### WHAT YOU ARE ASKED TO DO
Looking at the entries, say how many lines contain the string "Mode". Offer nothing besides the number.

Recorded data:
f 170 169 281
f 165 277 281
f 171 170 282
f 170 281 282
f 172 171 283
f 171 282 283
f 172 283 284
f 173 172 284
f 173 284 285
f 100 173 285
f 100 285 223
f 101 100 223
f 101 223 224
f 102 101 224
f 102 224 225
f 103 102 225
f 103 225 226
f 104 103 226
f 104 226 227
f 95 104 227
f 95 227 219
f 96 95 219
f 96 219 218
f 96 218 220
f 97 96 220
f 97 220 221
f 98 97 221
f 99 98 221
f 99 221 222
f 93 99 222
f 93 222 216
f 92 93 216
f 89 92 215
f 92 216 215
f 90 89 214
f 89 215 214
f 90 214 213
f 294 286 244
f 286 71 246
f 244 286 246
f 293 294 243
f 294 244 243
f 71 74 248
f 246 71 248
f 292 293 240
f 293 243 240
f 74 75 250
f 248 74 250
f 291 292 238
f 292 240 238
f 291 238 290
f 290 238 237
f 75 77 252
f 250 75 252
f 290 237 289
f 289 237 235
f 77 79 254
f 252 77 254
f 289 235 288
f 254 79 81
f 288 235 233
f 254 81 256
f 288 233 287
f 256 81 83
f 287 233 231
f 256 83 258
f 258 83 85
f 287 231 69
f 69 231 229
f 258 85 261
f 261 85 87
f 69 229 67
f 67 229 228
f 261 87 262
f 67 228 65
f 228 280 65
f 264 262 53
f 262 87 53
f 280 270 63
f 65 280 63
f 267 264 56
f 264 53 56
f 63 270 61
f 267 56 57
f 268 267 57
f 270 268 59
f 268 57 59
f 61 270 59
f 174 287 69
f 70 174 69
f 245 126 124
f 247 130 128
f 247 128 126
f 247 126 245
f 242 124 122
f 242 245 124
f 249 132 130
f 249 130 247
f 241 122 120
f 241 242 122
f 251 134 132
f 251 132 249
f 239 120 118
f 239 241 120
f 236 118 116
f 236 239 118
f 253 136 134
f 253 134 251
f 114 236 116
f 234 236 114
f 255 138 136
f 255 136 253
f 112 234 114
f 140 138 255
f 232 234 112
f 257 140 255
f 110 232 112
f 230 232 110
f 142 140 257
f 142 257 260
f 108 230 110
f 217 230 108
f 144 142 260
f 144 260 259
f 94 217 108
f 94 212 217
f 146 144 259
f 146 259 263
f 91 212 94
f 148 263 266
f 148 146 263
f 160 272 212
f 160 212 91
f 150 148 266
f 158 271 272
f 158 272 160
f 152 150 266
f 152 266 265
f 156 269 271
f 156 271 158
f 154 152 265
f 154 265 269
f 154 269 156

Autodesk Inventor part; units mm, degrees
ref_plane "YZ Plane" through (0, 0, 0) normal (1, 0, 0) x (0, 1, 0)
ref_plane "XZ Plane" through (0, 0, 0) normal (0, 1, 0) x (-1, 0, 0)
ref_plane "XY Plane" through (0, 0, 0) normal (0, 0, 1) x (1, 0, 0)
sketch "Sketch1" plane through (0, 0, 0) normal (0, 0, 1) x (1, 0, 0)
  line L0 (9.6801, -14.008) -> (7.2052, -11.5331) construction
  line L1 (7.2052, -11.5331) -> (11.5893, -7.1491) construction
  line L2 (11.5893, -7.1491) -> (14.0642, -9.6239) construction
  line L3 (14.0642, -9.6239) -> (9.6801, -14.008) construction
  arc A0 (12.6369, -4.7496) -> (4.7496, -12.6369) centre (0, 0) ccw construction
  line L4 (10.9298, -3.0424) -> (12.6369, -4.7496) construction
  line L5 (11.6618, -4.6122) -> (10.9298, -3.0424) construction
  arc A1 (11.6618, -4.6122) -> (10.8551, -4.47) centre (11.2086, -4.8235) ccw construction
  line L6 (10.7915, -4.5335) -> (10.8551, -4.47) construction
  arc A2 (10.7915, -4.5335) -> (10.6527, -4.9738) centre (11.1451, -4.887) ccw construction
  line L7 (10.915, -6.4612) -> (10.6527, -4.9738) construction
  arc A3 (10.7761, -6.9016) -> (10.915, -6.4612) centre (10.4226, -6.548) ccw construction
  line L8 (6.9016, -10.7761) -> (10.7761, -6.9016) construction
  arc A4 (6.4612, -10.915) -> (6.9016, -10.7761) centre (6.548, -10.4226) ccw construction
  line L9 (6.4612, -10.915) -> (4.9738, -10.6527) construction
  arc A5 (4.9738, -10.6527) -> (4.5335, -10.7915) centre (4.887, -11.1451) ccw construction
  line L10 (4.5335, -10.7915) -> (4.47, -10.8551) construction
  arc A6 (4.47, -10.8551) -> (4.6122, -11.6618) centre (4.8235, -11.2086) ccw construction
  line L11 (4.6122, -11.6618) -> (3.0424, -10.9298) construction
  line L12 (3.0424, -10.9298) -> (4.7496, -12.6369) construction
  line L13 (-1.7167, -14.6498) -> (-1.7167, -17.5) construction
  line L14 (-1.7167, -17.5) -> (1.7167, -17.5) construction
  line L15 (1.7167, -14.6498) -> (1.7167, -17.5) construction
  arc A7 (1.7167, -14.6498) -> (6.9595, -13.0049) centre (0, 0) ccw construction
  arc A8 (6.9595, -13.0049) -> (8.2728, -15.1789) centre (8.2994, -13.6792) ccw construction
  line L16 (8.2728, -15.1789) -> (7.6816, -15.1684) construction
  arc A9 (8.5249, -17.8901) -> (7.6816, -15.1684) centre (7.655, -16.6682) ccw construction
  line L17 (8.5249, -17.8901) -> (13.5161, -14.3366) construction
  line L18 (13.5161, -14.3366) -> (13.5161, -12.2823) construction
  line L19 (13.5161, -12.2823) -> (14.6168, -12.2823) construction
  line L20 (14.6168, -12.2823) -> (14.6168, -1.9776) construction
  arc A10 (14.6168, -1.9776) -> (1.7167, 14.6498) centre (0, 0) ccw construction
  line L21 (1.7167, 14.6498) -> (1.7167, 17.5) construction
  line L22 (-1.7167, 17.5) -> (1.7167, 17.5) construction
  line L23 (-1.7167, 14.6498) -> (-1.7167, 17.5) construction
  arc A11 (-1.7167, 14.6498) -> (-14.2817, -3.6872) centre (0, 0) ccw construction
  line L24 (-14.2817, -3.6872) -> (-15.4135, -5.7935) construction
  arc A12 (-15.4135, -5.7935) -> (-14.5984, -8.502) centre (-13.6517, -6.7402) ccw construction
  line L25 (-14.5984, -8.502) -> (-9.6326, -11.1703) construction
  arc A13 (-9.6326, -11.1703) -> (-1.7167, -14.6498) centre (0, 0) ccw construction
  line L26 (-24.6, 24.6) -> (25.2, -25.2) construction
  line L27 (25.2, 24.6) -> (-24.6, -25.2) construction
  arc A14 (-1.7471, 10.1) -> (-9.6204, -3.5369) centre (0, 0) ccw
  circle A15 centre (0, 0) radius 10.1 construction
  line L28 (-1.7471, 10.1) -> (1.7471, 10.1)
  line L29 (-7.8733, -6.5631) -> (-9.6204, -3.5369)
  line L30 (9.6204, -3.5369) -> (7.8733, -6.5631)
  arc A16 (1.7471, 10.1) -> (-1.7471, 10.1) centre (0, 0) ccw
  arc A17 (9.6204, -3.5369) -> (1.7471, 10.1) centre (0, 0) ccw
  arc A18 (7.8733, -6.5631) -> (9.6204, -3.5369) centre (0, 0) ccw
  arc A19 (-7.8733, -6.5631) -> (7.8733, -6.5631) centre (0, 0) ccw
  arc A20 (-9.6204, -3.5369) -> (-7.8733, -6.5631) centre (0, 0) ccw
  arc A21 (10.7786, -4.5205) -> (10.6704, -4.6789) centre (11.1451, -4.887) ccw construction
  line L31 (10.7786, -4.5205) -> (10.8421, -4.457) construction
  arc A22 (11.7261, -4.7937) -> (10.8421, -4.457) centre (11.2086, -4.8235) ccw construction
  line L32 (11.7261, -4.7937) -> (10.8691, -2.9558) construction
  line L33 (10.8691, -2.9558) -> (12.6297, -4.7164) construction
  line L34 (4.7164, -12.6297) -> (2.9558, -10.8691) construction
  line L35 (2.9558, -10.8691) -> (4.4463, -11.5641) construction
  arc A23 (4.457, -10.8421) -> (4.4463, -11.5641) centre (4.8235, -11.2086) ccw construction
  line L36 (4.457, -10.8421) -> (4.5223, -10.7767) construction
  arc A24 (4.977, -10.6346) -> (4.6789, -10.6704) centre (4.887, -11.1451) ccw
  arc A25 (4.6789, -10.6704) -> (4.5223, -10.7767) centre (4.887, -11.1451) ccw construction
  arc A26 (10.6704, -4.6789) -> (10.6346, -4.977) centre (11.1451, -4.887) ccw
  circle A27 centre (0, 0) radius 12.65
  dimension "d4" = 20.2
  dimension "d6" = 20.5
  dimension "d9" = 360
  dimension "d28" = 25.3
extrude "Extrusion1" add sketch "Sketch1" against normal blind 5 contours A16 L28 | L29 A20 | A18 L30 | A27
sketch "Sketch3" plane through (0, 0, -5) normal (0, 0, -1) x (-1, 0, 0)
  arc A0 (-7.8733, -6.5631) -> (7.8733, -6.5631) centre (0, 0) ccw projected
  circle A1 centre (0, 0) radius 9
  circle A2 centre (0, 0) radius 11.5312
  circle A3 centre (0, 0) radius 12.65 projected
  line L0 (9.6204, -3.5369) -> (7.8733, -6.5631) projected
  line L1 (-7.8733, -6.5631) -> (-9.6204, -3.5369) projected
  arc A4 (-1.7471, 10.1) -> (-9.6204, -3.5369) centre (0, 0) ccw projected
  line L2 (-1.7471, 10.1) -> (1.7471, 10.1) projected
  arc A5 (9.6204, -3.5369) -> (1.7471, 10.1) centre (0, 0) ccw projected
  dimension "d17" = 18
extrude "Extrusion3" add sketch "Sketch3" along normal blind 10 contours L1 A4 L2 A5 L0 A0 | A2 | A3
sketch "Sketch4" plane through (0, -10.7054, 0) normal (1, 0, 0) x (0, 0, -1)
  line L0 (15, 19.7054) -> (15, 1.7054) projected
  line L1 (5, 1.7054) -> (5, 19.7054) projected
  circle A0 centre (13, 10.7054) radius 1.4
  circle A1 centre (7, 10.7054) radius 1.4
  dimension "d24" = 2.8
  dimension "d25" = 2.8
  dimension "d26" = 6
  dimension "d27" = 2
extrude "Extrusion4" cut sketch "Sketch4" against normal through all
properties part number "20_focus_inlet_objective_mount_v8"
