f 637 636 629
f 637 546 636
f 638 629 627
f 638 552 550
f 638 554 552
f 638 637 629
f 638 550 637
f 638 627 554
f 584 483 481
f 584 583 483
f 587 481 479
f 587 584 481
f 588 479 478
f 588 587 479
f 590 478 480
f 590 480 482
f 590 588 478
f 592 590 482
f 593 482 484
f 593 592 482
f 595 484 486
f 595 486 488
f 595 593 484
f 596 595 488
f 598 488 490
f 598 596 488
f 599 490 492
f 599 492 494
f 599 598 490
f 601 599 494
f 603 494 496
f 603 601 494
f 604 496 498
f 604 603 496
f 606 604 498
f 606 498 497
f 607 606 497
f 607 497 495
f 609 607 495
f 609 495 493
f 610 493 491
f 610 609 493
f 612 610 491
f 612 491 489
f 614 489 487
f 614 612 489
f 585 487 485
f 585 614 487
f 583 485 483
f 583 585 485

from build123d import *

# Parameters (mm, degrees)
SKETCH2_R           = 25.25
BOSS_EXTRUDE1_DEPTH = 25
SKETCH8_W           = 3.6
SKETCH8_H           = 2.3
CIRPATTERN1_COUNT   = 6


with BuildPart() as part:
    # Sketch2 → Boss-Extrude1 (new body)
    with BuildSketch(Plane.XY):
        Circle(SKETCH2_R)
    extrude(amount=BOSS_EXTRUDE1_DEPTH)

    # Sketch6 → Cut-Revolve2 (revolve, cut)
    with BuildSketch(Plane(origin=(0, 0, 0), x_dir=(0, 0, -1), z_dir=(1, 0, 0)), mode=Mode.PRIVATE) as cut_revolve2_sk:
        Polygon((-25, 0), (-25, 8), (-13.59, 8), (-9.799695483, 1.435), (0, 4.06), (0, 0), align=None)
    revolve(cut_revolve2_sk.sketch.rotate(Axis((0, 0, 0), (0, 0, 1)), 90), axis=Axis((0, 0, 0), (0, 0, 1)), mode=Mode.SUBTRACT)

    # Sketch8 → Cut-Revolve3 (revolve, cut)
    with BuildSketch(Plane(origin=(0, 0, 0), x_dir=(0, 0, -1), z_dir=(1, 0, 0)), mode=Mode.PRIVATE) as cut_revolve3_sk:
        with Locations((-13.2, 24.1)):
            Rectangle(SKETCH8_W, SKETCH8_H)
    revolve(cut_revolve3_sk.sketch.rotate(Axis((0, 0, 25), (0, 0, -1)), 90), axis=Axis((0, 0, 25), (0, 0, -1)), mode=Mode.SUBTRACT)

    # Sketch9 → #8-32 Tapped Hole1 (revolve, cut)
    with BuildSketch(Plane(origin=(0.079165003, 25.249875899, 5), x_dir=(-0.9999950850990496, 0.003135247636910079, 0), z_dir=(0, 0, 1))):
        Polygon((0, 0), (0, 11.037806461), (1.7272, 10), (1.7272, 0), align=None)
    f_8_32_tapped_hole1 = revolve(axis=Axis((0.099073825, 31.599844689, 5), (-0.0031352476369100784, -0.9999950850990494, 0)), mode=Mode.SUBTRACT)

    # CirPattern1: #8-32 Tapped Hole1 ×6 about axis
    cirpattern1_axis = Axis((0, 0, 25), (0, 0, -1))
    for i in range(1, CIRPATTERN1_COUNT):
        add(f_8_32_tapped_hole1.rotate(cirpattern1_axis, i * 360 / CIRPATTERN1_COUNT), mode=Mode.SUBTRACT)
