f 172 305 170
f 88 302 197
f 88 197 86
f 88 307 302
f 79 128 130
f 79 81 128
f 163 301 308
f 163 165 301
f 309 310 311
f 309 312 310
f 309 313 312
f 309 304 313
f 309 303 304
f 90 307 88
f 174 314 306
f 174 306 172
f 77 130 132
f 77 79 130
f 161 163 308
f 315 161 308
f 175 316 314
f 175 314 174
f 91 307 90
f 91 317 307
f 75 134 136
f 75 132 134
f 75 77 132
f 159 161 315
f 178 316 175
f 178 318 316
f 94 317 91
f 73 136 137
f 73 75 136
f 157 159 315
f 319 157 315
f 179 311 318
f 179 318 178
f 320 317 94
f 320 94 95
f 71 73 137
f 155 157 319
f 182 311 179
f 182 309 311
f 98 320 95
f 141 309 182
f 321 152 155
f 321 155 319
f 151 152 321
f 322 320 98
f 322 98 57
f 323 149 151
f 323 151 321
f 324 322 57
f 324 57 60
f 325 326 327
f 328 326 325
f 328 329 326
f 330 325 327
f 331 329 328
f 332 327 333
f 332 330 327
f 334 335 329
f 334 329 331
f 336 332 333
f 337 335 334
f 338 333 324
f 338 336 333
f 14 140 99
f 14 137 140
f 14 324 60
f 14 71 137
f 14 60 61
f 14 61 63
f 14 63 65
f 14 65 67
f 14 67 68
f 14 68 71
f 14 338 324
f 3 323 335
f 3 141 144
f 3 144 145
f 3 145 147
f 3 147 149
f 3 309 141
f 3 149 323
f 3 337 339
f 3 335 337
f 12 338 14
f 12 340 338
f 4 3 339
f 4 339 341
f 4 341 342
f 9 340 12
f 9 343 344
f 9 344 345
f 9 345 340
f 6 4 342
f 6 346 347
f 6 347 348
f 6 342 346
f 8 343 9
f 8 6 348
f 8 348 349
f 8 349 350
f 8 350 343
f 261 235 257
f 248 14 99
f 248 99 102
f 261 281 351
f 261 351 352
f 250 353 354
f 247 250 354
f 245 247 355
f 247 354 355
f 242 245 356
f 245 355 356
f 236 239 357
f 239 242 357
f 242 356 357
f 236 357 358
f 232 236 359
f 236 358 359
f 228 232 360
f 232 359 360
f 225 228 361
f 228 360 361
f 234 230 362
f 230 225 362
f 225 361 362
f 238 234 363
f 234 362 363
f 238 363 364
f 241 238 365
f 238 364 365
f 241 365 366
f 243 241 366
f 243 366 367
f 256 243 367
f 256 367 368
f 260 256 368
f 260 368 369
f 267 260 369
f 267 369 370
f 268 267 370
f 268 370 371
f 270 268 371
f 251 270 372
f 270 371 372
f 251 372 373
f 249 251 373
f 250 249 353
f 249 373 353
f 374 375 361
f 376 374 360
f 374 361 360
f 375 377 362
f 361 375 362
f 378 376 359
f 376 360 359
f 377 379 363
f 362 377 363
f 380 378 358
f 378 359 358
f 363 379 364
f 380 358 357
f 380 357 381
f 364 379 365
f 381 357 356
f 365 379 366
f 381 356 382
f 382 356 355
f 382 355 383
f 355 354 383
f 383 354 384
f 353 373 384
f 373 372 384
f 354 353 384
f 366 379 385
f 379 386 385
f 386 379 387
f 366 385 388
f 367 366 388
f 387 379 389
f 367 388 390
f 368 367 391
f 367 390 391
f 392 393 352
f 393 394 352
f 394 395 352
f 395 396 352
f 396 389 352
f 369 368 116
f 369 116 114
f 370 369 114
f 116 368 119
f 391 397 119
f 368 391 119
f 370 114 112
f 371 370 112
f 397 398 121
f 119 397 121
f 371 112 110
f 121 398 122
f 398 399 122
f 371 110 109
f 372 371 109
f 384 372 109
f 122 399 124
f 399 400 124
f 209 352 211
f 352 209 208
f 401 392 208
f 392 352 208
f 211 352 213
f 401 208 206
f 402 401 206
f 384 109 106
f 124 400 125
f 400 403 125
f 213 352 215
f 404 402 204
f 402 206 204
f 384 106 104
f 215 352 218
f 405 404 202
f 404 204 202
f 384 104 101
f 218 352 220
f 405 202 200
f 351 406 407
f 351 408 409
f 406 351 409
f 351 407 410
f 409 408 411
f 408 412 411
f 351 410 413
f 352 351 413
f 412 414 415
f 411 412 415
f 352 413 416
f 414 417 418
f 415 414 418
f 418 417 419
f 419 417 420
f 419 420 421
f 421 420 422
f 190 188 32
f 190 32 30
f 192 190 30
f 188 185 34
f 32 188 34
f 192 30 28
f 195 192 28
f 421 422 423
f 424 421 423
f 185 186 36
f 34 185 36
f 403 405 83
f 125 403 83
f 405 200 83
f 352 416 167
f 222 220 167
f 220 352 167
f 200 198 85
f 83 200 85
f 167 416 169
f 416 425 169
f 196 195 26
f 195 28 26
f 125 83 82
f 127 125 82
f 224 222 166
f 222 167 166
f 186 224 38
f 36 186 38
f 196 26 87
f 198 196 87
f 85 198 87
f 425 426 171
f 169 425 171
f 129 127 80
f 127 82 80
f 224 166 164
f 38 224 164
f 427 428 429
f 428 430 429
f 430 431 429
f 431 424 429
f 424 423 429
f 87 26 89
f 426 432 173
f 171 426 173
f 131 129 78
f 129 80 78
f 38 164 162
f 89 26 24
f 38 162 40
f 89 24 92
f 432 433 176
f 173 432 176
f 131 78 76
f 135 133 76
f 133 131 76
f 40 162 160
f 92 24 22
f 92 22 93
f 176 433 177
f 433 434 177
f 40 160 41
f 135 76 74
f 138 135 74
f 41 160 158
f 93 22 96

### EXERCISE ANSWER
6